## What you will do
Line by line, copy all of the data exactly.

++++ Source material

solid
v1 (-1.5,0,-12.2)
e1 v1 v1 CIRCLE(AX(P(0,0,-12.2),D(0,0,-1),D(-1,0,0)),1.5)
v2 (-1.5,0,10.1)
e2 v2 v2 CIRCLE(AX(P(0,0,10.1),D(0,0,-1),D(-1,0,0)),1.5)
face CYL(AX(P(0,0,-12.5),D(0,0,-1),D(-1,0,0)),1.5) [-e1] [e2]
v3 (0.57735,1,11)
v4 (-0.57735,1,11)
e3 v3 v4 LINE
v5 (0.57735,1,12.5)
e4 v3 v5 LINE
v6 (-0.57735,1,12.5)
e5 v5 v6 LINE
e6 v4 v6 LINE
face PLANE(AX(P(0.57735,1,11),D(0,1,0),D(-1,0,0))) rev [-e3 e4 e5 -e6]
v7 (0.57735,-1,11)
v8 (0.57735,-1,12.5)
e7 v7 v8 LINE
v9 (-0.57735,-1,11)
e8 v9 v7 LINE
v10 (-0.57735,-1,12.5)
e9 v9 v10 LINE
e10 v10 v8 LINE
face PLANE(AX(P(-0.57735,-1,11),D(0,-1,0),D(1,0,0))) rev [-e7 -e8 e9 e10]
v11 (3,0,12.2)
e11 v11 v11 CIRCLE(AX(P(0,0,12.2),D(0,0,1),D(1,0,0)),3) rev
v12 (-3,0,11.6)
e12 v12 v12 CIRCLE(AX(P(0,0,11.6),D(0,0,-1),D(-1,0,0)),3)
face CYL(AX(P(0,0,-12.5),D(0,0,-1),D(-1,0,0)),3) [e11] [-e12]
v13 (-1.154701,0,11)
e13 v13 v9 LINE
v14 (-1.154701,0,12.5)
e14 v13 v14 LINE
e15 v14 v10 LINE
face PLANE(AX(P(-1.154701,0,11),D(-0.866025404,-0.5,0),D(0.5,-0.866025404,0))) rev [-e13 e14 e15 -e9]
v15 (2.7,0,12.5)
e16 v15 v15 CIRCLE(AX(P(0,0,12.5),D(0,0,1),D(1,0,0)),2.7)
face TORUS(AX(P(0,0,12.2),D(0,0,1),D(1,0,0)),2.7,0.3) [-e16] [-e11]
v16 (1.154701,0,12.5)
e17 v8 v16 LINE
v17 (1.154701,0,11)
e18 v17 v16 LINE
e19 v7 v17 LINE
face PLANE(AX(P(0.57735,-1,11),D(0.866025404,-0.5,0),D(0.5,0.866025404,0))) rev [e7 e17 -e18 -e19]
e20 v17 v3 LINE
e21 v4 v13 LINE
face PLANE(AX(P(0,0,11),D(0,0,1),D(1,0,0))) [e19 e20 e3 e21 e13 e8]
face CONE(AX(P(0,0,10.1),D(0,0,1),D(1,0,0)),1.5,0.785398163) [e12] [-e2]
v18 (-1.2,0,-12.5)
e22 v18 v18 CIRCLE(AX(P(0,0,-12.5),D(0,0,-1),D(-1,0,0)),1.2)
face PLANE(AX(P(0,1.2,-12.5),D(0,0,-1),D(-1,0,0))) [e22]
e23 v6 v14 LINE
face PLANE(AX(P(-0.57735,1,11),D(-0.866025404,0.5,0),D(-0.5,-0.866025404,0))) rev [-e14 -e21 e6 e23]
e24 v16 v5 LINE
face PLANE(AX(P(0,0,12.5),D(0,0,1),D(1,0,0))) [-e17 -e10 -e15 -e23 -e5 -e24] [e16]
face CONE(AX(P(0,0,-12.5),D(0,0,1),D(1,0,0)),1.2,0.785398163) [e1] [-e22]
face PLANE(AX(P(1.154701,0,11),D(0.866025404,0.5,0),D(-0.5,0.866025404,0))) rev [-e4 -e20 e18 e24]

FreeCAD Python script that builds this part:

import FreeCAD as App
import Part
import Sketcher

V = App.Vector
Q = App.Units.Quantity


def edges_at(feature, points):
    """Names of the edges that pass closest to the given points."""
    edges = feature.Shape.Edges
    near = lambda p: min(range(len(edges)), key=lambda i: edges[i].distToShape(Part.Vertex(*p))[0])
    return sorted({f"Edge{near(p) + 1}" for p in points})


def add_polygon(sketch, points):
    """Adds a closed chain of lines whose ends are joined by coincident constraints."""
    first, n = sketch.GeometryCount, len(points)
    for a, b in zip(points, points[1:] + points[:1]):
        sketch.addGeometry(Part.LineSegment(App.Vector(*a, 0), App.Vector(*b, 0)), False)
    for i in range(n):
        sketch.addConstraint(Sketcher.Constraint("Coincident", first + i, 2, first + (i + 1) % n, 1))

doc = App.newDocument("Part")
body = doc.addObject("PartDesign::Body", "Body")

# Sketch on YZ plane
sketch1 = body.newObject("Sketcher::SketchObject", "Sketch")
sketch1.AttachmentSupport = (doc.getObject("YZ_Plane"), [""])
sketch1.MapMode = "FlatFace"
add_polygon(sketch1, [(3, 12.5), (0, 12.5), (0, -12.5), (1.2, -12.5), (1.5, -12.2), (1.5, 10.1), (3, 11.6)])  # lines 0-6
sketch1.addConstraint([
    Sketcher.Constraint("Horizontal", 0),
    Sketcher.Constraint("Vertical", 1),
    Sketcher.Constraint("Horizontal", 2),
    Sketcher.Constraint("Vertical", 4),
    Sketcher.Constraint("Vertical", 6),
    Sketcher.Constraint("Symmetric", 0, 2, 1, 2, -1, 1),
    Sketcher.Constraint("Parallel", 3, 5),
    Sketcher.Constraint("DistanceX", 0, 2, 0, 1, Q("3 mm")),
    Sketcher.Constraint("DistanceY", 1, 2, 1, 1, Q("25 mm")),
    Sketcher.Constraint("Angle", 3, Q("45 deg")),
    Sketcher.Constraint("DistanceX", 2, 1, 2, 2, Q("1.2 mm")),
    Sketcher.Constraint("DistanceY", 4, 1, 4, 2, Q("22.3 mm")),
    Sketcher.Constraint("DistanceX", -1, 1, 3, 2, Q("1.5 mm")),
])
revolution = body.newObject("PartDesign::Revolution", "Revolution")
revolution.Profile = sketch1
revolution.ReferenceAxis = (sketch1, ["V_Axis"])
revolution.Angle = 360

# Sketch on XY plane
sketch2 = body.newObject("Sketcher::SketchObject", "Sketch001")
sketch2.AttachmentSupport = (doc.getObject("XY_Plane"), [""])
sketch2.MapMode = "FlatFace"
sketch2.AttachmentOffset = App.Placement(V(0, 0, 12.5), App.Rotation())
add_polygon(sketch2, [(1.154701, 0), (0.57735, 1), (-0.57735, 1), (-1.154701, 0), (-0.57735, -1), (0.57735, -1)])  # lines 0-5
sketch2.addConstraint([
    Sketcher.Constraint("Horizontal", 1),
    Sketcher.Constraint("Horizontal", 4),
    Sketcher.Constraint("Symmetric", 0, 2, 3, 2, -1, 1),
    Sketcher.Constraint("Symmetric", 2, 2, 5, 2, -1, 1),
    Sketcher.Constraint("PointOnObject", 2, 2, -1),
    Sketcher.Constraint("Parallel", 2, 5),
    Sketcher.Constraint("Vertical", 1, 2, 3, 2),
    Sketcher.Constraint("Angle", 0, Q("120 deg")),
    Sketcher.Constraint("DistanceY", -1, 1, 0, 2, Q("1 mm")),
    Sketcher.Constraint("DistanceX", 1, 2, 1, 1, Q("1.154701 mm")),
])
pocket1 = body.newObject("PartDesign::Pocket", "Pocket")
pocket1.Profile = sketch2
pocket1.Length = 1.5
doc.recompute()

fillet = body.newObject("PartDesign::Fillet", "Fillet")
fillet.Base = (pocket1, edges_at(pocket1, [(3, 0, 12.5)]))
fillet.Radius = 0.3

doc.recompute()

++++++++

## Task answer
solid
v1 (-1.5,0,-12.2)
e1 v1 v1 CIRCLE(AX(P(0,0,-12.2),D(0,0,-1),D(-1,0,0)),1.5)
v2 (-1.5,0,10.1)
e2 v2 v2 CIRCLE(AX(P(0,0,10.1),D(0,0,-1),D(-1,0,0)),1.5)
face CYL(AX(P(0,0,-12.5),D(0,0,-1),D(-1,0,0)),1.5) [-e1] [e2]
v3 (0.57735,1,11)
v4 (-0.57735,1,11)
e3 v3 v4 LINE
v5 (0.57735,1,12.5)
e4 v3 v5 LINE
v6 (-0.57735,1,12.5)
e5 v5 v6 LINE
e6 v4 v6 LINE
face PLANE(AX(P(0.57735,1,11),D(0,1,0),D(-1,0,0))) rev [-e3 e4 e5 -e6]
v7 (0.57735,-1,11)
v8 (0.57735,-1,12.5)
e7 v7 v8 LINE
v9 (-0.57735,-1,11)
e8 v9 v7 LINE
v10 (-0.57735,-1,12.5)
e9 v9 v10 LINE
e10 v10 v8 LINE
face PLANE(AX(P(-0.57735,-1,11),D(0,-1,0),D(1,0,0))) rev [-e7 -e8 e9 e10]
v11 (3,0,12.2)
e11 v11 v11 CIRCLE(AX(P(0,0,12.2),D(0,0,1),D(1,0,0)),3) rev
v12 (-3,0,11.6)
e12 v12 v12 CIRCLE(AX(P(0,0,11.6),D(0,0,-1),D(-1,0,0)),3)
face CYL(AX(P(0,0,-12.5),D(0,0,-1),D(-1,0,0)),3) [e11] [-e12]
v13 (-1.154701,0,11)
e13 v13 v9 LINE
v14 (-1.154701,0,12.5)
e14 v13 v14 LINE
e15 v14 v10 LINE
face PLANE(AX(P(-1.154701,0,11),D(-0.866025404,-0.5,0),D(0.5,-0.866025404,0))) rev [-e13 e14 e15 -e9]
v15 (2.7,0,12.5)
e16 v15 v15 CIRCLE(AX(P(0,0,12.5),D(0,0,1),D(1,0,0)),2.7)
face TORUS(AX(P(0,0,12.2),D(0,0,1),D(1,0,0)),2.7,0.3) [-e16] [-e11]
v16 (1.154701,0,12.5)
e17 v8 v16 LINE
v17 (1.154701,0,11)
e18 v17 v16 LINE
e19 v7 v17 LINE
face PLANE(AX(P(0.57735,-1,11),D(0.866025404,-0.5,0),D(0.5,0.866025404,0))) rev [e7 e17 -e18 -e19]
e20 v17 v3 LINE
e21 v4 v13 LINE
face PLANE(AX(P(0,0,11),D(0,0,1),D(1,0,0))) [e19 e20 e3 e21 e13 e8]
face CONE(AX(P(0,0,10.1),D(0,0,1),D(1,0,0)),1.5,0.785398163) [e12] [-e2]
v18 (-1.2,0,-12.5)
e22 v18 v18 CIRCLE(AX(P(0,0,-12.5),D(0,0,-1),D(-1,0,0)),1.2)
face PLANE(AX(P(0,1.2,-12.5),D(0,0,-1),D(-1,0,0))) [e22]
e23 v6 v14 LINE
face PLANE(AX(P(-0.57735,1,11),D(-0.866025404,0.5,0),D(-0.5,-0.866025404,0))) rev [-e14 -e21 e6 e23]
e24 v16 v5 LINE
face PLANE(AX(P(0,0,12.5),D(0,0,1),D(1,0,0))) [-e17 -e10 -e15 -e23 -e5 -e24] [e16]
face CONE(AX(P(0,0,-12.5),D(0,0,1),D(1,0,0)),1.2,0.785398163) [e1] [-e22]
face PLANE(AX(P(1.154701,0,11),D(0.866025404,0.5,0),D(-0.5,0.866025404,0))) rev [-e4 -e20 e18 e24]

FreeCAD Python script that builds this part:

import FreeCAD as App
import Part
import Sketcher

V = App.Vector
Q = App.Units.Quantity


def edges_at(feature, points):
    """Names of the edges that pass closest to the given points."""
    edges = feature.Shape.Edges
    near = lambda p: min(range(len(edges)), key=lambda i: edges[i].distToShape(Part.Vertex(*p))[0])
    return sorted({f"Edge{near(p) + 1}" for p in points})


def add_polygon(sketch, points):
    """Adds a closed chain of lines whose ends are joined by coincident constraints."""
    first, n = sketch.GeometryCount, len(points)
    for a, b in zip(points, points[1:] + points[:1]):
        sketch.addGeometry(Part.LineSegment(App.Vector(*a, 0), App.Vector(*b, 0)), False)
    for i in range(n):
        sketch.addConstraint(Sketcher.Constraint("Coincident", first + i, 2, first + (i + 1) % n, 1))

doc = App.newDocument("Part")
body = doc.addObject("PartDesign::Body", "Body")

# Sketch on YZ plane
sketch1 = body.newObject("Sketcher::SketchObject", "Sketch")
sketch1.AttachmentSupport = (doc.getObject("YZ_Plane"), [""])
sketch1.MapMode = "FlatFace"
add_polygon(sketch1, [(3, 12.5), (0, 12.5), (0, -12.5), (1.2, -12.5), (1.5, -12.2), (1.5, 10.1), (3, 11.6)])  # lines 0-6
sketch1.addConstraint([
    Sketcher.Constraint("Horizontal", 0),
    Sketcher.Constraint("Vertical", 1),
    Sketcher.Constraint("Horizontal", 2),
    Sketcher.Constraint("Vertical", 4),
    Sketcher.Constraint("Vertical", 6),
    Sketcher.Constraint("Symmetric", 0, 2, 1, 2, -1, 1),
    Sketcher.Constraint("Parallel", 3, 5),
    Sketcher.Constraint("DistanceX", 0, 2, 0, 1, Q("3 mm")),
    Sketcher.Constraint("DistanceY", 1, 2, 1, 1, Q("25 mm")),
    Sketcher.Constraint("Angle", 3, Q("45 deg")),
    Sketcher.Constraint("DistanceX", 2, 1, 2, 2, Q("1.2 mm")),
    Sketcher.Constraint("DistanceY", 4, 1, 4, 2, Q("22.3 mm")),
    Sketcher.Constraint("DistanceX", -1, 1, 3, 2, Q("1.5 mm")),
])
revolution = body.newObject("PartDesign::Revolution", "Revolution")
revolution.Profile = sketch1
revolution.ReferenceAxis = (sketch1, ["V_Axis"])
revolution.Angle = 360

# Sketch on XY plane
sketch2 = body.newObject("Sketcher::SketchObject", "Sketch001")
sketch2.AttachmentSupport = (doc.getObject("XY_Plane"), [""])
sketch2.MapMode = "FlatFace"
sketch2.AttachmentOffset = App.Placement(V(0, 0, 12.5), App.Rotation())
add_polygon(sketch2, [(1.154701, 0), (0.57735, 1), (-0.57735, 1), (-1.154701, 0), (-0.57735, -1), (0.57735, -1)])  # lines 0-5
sketch2.addConstraint([
    Sketcher.Constraint("Horizontal", 1),
    Sketcher.Constraint("Horizontal", 4),
    Sketcher.Constraint("Symmetric", 0, 2, 3, 2, -1, 1),
    Sketcher.Constraint("Symmetric", 2, 2, 5, 2, -1, 1),
    Sketcher.Constraint("PointOnObject", 2, 2, -1),
    Sketcher.Constraint("Parallel", 2, 5),
    Sketcher.Constraint("Vertical", 1, 2, 3, 2),
    Sketcher.Constraint("Angle", 0, Q("120 deg")),
    Sketcher.Constraint("DistanceY", -1, 1, 0, 2, Q("1 mm")),
    Sketcher.Constraint("DistanceX", 1, 2, 1, 1, Q("1.154701 mm")),
])
pocket1 = body.newObject("PartDesign::Pocket", "Pocket")
pocket1.Profile = sketch2
pocket1.Length = 1.5
doc.recompute()

fillet = body.newObject("PartDesign::Fillet", "Fillet")
fillet.Base = (pocket1, edges_at(pocket1, [(3, 0, 12.5)]))
fillet.Radius = 0.3

doc.recompute()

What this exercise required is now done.